For the time being still attached, the head is that of a lunatic. The body politic below the Divine Right-Wing King is flailing and fulminating, but, most importantly, vigorously entertained by what the short-circuiting behemoth’s brain is having it do.
The soundtrack for this spectacle might be a dosage of EDM adrenaline (like Zedd’s Clarity when the beat finally drops after the minute mark…
For more comic treatment of the gyrations of the body politic we turn to Bach.
Bach spent the majority of his career working for town councils and having to heed, at least some of the time, the dictates of burgomasters and bureaucrats. True, he was thrown in jail by the Duke of Weimar in 1717 after nearly a decade of service, the misdemeanor being that he had “too forcefully” requested his dismissal so he could move on to a nearby court gig.
Still, Bach appears to have been happiest when employed by the petty princes of central Germany, each of whom considered himself a little Louis XIV and therefore had to have a musical establishment, if not as radiant as that of the Sun King, then at Ieast a warming reflection of that grandeur.
One such minor ruler of a patch of German forest, hills, and flatland was Duke Christian of Weißenfels. He belonged to the lesser branch of the Wettin family, the rulers of Saxony and, for a time, Poland.
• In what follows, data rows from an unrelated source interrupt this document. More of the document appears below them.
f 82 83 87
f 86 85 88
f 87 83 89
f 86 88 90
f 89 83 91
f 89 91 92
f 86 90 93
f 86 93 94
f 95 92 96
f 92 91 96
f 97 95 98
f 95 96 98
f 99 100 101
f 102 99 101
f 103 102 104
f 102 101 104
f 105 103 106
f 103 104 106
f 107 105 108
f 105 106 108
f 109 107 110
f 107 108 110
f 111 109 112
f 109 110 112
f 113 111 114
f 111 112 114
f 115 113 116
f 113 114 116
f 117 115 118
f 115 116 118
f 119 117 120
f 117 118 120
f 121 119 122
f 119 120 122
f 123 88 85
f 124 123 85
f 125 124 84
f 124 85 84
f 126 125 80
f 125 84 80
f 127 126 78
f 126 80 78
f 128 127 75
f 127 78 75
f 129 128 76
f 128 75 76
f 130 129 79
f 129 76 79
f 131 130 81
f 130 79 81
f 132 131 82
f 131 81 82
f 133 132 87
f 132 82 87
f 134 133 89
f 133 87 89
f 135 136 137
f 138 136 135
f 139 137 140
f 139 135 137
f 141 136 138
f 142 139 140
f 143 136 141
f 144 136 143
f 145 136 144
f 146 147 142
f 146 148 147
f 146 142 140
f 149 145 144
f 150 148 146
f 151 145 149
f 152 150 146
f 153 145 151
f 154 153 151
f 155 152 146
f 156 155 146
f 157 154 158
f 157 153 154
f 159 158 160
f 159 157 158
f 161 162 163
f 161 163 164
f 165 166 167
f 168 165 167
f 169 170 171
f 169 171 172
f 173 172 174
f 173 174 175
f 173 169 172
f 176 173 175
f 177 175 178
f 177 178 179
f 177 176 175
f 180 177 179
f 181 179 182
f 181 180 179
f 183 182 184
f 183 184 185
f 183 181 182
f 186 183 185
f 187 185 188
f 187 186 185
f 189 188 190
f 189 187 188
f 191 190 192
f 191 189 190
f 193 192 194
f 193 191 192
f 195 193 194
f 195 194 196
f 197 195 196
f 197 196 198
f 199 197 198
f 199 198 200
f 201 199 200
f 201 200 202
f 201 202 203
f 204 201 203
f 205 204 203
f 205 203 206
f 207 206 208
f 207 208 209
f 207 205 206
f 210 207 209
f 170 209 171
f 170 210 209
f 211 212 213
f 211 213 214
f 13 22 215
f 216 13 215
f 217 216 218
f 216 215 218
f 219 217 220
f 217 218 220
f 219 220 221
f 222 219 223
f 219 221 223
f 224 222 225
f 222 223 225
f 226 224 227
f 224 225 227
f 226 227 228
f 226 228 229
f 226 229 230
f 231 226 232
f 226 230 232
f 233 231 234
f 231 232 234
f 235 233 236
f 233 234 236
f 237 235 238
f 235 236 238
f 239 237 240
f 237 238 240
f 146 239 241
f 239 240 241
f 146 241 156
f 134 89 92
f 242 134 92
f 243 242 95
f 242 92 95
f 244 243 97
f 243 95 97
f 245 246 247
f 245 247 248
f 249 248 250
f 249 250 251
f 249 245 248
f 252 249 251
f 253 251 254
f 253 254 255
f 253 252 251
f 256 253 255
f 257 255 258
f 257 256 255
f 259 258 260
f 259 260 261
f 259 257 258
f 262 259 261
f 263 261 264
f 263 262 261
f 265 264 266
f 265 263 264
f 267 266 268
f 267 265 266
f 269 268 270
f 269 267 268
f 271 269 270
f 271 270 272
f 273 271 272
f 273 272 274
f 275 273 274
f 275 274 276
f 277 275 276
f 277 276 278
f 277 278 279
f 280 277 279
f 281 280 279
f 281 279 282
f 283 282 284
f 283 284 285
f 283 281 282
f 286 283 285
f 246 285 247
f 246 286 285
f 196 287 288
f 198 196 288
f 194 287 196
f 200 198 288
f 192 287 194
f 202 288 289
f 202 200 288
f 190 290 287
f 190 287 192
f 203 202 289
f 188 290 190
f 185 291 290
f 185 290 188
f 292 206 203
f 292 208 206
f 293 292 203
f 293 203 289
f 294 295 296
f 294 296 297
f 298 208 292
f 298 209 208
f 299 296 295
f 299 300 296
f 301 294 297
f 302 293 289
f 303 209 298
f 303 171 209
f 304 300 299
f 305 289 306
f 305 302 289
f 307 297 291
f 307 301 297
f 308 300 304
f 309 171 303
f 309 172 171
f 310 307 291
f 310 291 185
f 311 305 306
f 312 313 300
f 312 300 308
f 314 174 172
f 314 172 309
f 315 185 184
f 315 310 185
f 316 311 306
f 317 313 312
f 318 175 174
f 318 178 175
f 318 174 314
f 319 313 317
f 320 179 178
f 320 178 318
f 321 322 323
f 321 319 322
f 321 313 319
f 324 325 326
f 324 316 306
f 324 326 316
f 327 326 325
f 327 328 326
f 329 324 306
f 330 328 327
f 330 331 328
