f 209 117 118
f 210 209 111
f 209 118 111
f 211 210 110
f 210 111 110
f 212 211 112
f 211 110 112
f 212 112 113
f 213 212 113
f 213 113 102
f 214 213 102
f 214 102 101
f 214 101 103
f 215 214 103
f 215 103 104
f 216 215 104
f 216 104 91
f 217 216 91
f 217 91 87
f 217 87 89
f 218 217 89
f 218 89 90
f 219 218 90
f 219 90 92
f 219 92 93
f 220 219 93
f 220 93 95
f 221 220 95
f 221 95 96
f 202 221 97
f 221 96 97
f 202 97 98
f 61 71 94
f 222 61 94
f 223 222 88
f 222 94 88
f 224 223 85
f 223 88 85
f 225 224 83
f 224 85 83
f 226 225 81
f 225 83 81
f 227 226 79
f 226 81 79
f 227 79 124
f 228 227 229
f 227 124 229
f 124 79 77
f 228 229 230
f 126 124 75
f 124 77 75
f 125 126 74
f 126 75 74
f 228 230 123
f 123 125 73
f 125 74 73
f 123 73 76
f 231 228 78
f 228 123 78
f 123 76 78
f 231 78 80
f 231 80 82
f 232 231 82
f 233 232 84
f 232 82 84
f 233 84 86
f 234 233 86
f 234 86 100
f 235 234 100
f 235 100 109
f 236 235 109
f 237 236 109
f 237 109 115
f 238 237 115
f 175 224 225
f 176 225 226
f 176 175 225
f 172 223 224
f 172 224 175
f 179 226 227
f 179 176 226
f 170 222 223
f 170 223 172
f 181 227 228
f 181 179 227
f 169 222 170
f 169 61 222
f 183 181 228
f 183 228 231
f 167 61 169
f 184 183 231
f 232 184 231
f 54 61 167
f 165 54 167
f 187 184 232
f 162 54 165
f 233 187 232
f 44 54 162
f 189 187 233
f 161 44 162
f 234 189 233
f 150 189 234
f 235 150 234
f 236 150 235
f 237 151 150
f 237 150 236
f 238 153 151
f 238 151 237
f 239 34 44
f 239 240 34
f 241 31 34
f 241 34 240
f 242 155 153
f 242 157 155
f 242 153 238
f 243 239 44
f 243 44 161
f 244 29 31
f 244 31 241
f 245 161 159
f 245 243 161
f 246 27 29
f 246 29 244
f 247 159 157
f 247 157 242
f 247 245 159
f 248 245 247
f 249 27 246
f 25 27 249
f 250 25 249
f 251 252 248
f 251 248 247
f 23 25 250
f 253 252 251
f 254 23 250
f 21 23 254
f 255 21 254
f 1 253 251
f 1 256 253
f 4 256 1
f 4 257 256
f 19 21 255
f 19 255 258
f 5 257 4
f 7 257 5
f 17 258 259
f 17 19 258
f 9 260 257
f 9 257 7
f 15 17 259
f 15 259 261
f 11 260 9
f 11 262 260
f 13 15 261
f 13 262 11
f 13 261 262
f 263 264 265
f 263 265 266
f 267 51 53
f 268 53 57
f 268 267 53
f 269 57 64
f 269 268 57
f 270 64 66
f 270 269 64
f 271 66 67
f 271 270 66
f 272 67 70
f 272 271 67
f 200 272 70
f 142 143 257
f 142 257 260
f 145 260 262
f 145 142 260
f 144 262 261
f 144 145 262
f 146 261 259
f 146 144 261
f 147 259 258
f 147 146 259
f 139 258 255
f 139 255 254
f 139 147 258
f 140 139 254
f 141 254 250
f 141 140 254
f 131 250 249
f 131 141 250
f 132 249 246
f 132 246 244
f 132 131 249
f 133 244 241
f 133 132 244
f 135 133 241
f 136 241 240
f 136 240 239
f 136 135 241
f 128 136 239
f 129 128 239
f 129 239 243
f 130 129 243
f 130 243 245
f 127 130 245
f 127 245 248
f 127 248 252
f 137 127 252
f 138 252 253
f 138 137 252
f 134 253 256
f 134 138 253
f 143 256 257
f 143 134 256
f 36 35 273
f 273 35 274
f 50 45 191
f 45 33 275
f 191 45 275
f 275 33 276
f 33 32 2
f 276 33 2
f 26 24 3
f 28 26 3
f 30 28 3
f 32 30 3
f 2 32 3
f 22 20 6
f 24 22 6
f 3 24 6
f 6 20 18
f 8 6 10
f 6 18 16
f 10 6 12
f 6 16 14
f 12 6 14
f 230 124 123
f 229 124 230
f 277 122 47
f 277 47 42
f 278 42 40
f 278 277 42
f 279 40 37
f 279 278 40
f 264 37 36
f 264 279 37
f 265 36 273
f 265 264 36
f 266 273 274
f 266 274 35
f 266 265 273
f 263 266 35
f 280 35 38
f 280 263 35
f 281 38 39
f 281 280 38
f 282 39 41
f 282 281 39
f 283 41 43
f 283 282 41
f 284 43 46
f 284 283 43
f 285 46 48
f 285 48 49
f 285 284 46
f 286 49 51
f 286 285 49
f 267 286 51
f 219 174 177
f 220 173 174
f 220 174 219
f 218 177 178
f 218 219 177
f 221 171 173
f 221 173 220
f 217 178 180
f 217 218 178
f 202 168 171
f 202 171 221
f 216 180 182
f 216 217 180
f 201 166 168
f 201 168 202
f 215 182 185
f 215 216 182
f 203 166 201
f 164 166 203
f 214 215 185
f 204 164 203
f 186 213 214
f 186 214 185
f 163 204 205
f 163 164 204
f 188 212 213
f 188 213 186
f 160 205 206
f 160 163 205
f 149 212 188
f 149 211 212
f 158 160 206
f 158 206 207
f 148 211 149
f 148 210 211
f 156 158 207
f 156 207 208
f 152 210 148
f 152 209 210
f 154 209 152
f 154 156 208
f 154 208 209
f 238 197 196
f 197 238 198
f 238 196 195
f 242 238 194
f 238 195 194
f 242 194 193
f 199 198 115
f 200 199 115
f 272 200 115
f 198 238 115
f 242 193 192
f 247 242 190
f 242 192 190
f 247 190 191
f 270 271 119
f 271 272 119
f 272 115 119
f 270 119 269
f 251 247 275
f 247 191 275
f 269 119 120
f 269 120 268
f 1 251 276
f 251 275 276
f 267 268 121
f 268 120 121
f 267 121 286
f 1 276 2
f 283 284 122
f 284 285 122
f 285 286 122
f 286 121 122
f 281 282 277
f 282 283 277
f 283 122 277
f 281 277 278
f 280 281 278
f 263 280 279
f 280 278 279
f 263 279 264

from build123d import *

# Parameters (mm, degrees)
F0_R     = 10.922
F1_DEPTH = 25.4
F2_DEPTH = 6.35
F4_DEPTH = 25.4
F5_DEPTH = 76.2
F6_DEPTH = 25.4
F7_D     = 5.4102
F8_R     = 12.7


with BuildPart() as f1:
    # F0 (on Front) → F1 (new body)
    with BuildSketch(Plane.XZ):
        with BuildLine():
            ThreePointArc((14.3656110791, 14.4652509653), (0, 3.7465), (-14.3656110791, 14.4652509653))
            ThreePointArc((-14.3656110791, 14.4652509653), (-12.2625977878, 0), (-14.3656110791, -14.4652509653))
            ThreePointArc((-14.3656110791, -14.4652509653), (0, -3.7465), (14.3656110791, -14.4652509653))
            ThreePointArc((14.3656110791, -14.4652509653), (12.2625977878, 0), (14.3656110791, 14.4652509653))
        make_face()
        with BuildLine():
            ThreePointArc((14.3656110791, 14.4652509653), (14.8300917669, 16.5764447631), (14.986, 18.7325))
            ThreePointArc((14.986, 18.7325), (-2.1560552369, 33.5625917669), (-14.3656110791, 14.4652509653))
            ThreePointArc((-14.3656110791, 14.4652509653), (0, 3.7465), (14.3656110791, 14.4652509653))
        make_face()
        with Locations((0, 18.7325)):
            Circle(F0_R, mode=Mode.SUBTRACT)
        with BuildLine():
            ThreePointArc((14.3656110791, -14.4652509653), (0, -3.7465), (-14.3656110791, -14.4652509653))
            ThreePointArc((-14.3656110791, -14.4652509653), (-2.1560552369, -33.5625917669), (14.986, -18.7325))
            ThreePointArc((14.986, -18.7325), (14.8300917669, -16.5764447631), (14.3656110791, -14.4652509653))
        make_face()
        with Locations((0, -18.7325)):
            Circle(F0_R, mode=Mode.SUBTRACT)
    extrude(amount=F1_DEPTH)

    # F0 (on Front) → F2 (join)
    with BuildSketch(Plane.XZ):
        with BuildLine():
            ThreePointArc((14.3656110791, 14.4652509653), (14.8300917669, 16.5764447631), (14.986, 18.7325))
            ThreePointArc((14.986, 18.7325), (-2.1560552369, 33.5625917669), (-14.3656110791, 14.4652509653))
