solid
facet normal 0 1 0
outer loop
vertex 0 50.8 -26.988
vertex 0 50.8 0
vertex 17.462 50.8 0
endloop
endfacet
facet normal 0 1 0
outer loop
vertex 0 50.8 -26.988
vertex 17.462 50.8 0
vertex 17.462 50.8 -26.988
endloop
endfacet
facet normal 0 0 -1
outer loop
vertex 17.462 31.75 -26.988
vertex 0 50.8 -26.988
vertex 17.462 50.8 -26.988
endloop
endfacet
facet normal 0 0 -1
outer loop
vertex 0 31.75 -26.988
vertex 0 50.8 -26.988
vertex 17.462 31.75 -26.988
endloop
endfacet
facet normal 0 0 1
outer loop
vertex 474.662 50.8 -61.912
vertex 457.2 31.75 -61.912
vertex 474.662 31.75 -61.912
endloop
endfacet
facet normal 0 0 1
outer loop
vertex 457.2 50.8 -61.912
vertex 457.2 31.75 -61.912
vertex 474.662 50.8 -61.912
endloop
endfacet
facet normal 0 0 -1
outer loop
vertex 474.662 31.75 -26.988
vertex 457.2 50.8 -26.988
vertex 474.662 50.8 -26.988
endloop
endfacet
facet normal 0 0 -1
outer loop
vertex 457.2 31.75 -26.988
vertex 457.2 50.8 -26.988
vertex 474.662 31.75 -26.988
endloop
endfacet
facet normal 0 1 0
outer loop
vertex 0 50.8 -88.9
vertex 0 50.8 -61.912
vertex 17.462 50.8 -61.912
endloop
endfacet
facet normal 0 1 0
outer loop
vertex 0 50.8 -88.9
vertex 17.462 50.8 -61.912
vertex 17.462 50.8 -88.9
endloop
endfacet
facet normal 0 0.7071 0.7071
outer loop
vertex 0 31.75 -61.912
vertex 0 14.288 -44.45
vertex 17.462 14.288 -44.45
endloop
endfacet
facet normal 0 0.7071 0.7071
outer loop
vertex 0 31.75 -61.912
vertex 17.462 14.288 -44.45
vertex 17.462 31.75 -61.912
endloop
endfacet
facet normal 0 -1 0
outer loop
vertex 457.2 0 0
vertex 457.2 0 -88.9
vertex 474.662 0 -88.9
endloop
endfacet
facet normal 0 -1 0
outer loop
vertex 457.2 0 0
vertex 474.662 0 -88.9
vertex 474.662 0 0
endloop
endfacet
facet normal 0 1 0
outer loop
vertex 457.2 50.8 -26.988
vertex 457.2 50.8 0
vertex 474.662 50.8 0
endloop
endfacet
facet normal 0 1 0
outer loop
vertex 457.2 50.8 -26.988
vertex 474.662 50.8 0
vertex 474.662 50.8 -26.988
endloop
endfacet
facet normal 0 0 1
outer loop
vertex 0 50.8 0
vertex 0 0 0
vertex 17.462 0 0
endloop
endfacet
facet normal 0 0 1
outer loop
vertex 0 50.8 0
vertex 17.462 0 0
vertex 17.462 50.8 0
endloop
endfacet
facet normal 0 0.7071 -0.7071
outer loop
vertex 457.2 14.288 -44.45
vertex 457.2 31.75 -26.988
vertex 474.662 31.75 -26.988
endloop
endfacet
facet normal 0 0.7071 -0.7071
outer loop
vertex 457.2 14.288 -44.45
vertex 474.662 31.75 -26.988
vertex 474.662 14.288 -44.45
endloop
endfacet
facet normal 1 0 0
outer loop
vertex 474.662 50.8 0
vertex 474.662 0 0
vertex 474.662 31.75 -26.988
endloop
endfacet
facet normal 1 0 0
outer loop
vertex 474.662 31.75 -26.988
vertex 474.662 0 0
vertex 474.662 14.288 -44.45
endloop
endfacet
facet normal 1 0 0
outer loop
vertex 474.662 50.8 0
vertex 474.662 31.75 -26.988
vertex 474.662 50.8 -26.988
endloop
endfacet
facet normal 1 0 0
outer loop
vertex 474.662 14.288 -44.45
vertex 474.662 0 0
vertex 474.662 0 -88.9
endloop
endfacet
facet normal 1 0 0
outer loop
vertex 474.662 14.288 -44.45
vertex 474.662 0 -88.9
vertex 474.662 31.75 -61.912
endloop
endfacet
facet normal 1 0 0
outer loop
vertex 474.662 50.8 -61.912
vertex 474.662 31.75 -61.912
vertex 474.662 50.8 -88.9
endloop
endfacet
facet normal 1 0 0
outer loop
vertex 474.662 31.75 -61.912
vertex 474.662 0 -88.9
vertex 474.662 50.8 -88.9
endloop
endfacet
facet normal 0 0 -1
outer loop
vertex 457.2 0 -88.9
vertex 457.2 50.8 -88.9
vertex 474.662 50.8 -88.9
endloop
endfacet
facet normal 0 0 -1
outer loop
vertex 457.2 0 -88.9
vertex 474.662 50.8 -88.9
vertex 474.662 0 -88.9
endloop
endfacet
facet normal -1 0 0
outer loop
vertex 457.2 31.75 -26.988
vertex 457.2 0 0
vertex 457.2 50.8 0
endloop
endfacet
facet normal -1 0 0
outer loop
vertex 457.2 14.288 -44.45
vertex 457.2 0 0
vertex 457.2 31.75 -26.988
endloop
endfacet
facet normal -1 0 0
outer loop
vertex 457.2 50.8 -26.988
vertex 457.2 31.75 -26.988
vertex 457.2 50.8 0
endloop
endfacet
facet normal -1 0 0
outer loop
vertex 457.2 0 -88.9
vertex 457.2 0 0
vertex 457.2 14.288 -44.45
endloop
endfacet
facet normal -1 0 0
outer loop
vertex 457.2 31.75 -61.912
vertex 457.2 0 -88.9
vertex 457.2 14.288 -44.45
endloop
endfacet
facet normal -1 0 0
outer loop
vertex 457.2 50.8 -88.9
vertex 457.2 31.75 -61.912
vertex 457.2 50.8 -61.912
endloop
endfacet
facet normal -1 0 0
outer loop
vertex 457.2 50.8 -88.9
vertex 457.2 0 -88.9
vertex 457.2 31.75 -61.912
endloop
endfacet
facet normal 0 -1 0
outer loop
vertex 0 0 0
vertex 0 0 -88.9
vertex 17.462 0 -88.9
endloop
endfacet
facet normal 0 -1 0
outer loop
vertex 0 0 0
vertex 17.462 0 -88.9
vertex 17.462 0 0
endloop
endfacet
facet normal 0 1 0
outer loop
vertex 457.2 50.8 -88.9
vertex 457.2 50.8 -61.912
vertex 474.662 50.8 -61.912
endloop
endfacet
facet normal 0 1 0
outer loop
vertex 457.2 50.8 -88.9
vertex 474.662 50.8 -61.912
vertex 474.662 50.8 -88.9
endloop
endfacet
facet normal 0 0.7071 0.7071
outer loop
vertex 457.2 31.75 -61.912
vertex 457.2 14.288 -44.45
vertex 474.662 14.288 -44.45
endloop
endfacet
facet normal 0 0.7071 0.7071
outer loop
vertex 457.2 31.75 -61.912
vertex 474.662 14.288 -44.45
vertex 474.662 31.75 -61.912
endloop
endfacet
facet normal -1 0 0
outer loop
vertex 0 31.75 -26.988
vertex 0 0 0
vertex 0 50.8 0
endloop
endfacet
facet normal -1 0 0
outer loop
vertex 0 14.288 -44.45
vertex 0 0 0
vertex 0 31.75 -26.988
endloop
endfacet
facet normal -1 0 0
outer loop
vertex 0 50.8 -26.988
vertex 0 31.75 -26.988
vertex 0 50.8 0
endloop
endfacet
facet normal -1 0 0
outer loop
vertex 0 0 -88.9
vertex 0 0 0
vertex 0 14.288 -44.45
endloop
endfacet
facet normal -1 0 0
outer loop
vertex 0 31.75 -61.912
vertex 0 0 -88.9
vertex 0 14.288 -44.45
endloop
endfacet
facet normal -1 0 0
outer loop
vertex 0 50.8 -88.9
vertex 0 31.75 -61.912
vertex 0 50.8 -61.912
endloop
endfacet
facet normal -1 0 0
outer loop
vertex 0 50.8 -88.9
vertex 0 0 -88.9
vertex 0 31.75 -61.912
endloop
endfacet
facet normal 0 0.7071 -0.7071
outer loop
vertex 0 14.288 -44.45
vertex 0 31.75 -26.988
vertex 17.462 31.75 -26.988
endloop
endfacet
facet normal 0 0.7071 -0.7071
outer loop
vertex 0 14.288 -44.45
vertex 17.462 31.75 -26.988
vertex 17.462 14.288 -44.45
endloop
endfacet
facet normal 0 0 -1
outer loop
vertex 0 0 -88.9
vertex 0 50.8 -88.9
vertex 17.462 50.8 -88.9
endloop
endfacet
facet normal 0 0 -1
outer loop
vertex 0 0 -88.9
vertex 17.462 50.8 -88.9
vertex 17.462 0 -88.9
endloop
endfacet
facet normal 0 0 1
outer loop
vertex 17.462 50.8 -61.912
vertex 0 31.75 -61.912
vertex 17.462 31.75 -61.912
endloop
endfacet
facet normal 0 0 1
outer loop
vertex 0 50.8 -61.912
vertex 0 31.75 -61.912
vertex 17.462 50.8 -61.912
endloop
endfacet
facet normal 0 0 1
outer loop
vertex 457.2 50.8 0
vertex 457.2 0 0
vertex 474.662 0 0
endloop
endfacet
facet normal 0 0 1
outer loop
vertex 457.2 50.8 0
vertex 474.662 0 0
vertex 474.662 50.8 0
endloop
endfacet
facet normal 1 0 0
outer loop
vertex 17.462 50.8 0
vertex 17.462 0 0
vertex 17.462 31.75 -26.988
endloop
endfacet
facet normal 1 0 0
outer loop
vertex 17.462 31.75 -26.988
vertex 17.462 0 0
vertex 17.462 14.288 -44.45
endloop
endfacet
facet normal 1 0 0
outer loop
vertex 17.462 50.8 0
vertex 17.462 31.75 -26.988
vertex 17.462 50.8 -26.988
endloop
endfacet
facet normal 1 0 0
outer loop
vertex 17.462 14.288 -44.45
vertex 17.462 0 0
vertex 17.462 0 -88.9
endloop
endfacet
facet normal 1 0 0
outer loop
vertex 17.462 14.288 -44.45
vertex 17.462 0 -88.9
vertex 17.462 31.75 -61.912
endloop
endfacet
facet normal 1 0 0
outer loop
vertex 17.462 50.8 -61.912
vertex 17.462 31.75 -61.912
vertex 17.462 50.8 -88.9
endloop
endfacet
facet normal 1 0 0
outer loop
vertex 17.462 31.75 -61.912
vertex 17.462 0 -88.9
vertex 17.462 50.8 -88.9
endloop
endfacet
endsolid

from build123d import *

# Parameters (mm, degrees)
BOSS_EXTRUDE1_DEPTH = 17.4625
LPATTERN1_COUNT     = 2
LPATTERN1_PITCH     = 457.2


with BuildPart() as part:
    # Sketch1 → Boss-Extrude1 (new body)
    with BuildSketch(Plane(origin=(0, 0, 0), x_dir=(0, -1, 0), z_dir=(1, 0, 0))):
        Polygon((-31.75, 26.9875), (-14.2875, 44.45), (-31.75, 61.9125), (-50.8, 61.9125), (-50.8, 88.9), (0, 88.9), (0, 0), (-50.8, 0), (-50.8, 26.9875), align=None)
    extrude(amount=BOSS_EXTRUDE1_DEPTH)


with BuildPart() as lpattern1_1:
    # LPattern1: pattern copy
    add(part.part.moved(Location(Vector(1, 0, 0) * (1 * LPATTERN1_PITCH))))


solid = Compound([part.part, lpattern1_1.part])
Like the primogeniture potentates in glittering Dresden, the seat of real power and opulence, the secundogeniture types like Christian distracted themselves with hunting, music, and women—pursuits that were never mutually exclusive.
So good at wasting money was Christian that, when his successor and son Johann Adolf died in 1746, the big boys in Dresden dissolved the debt-wracked Weißenfels Duchy. The Dukes had long been in arrears to many of their musicians, including the star singer Pauline Kellner, who was also rumored to be Christian’s mistress. Even Bach’s father-in-law, a trumpeter at Weißenfels, was owed back wages so that the Bachs had to loan them money, funds later extracted from the widowed Anna Magdalena Bach’s meager portion of her husband’s estate.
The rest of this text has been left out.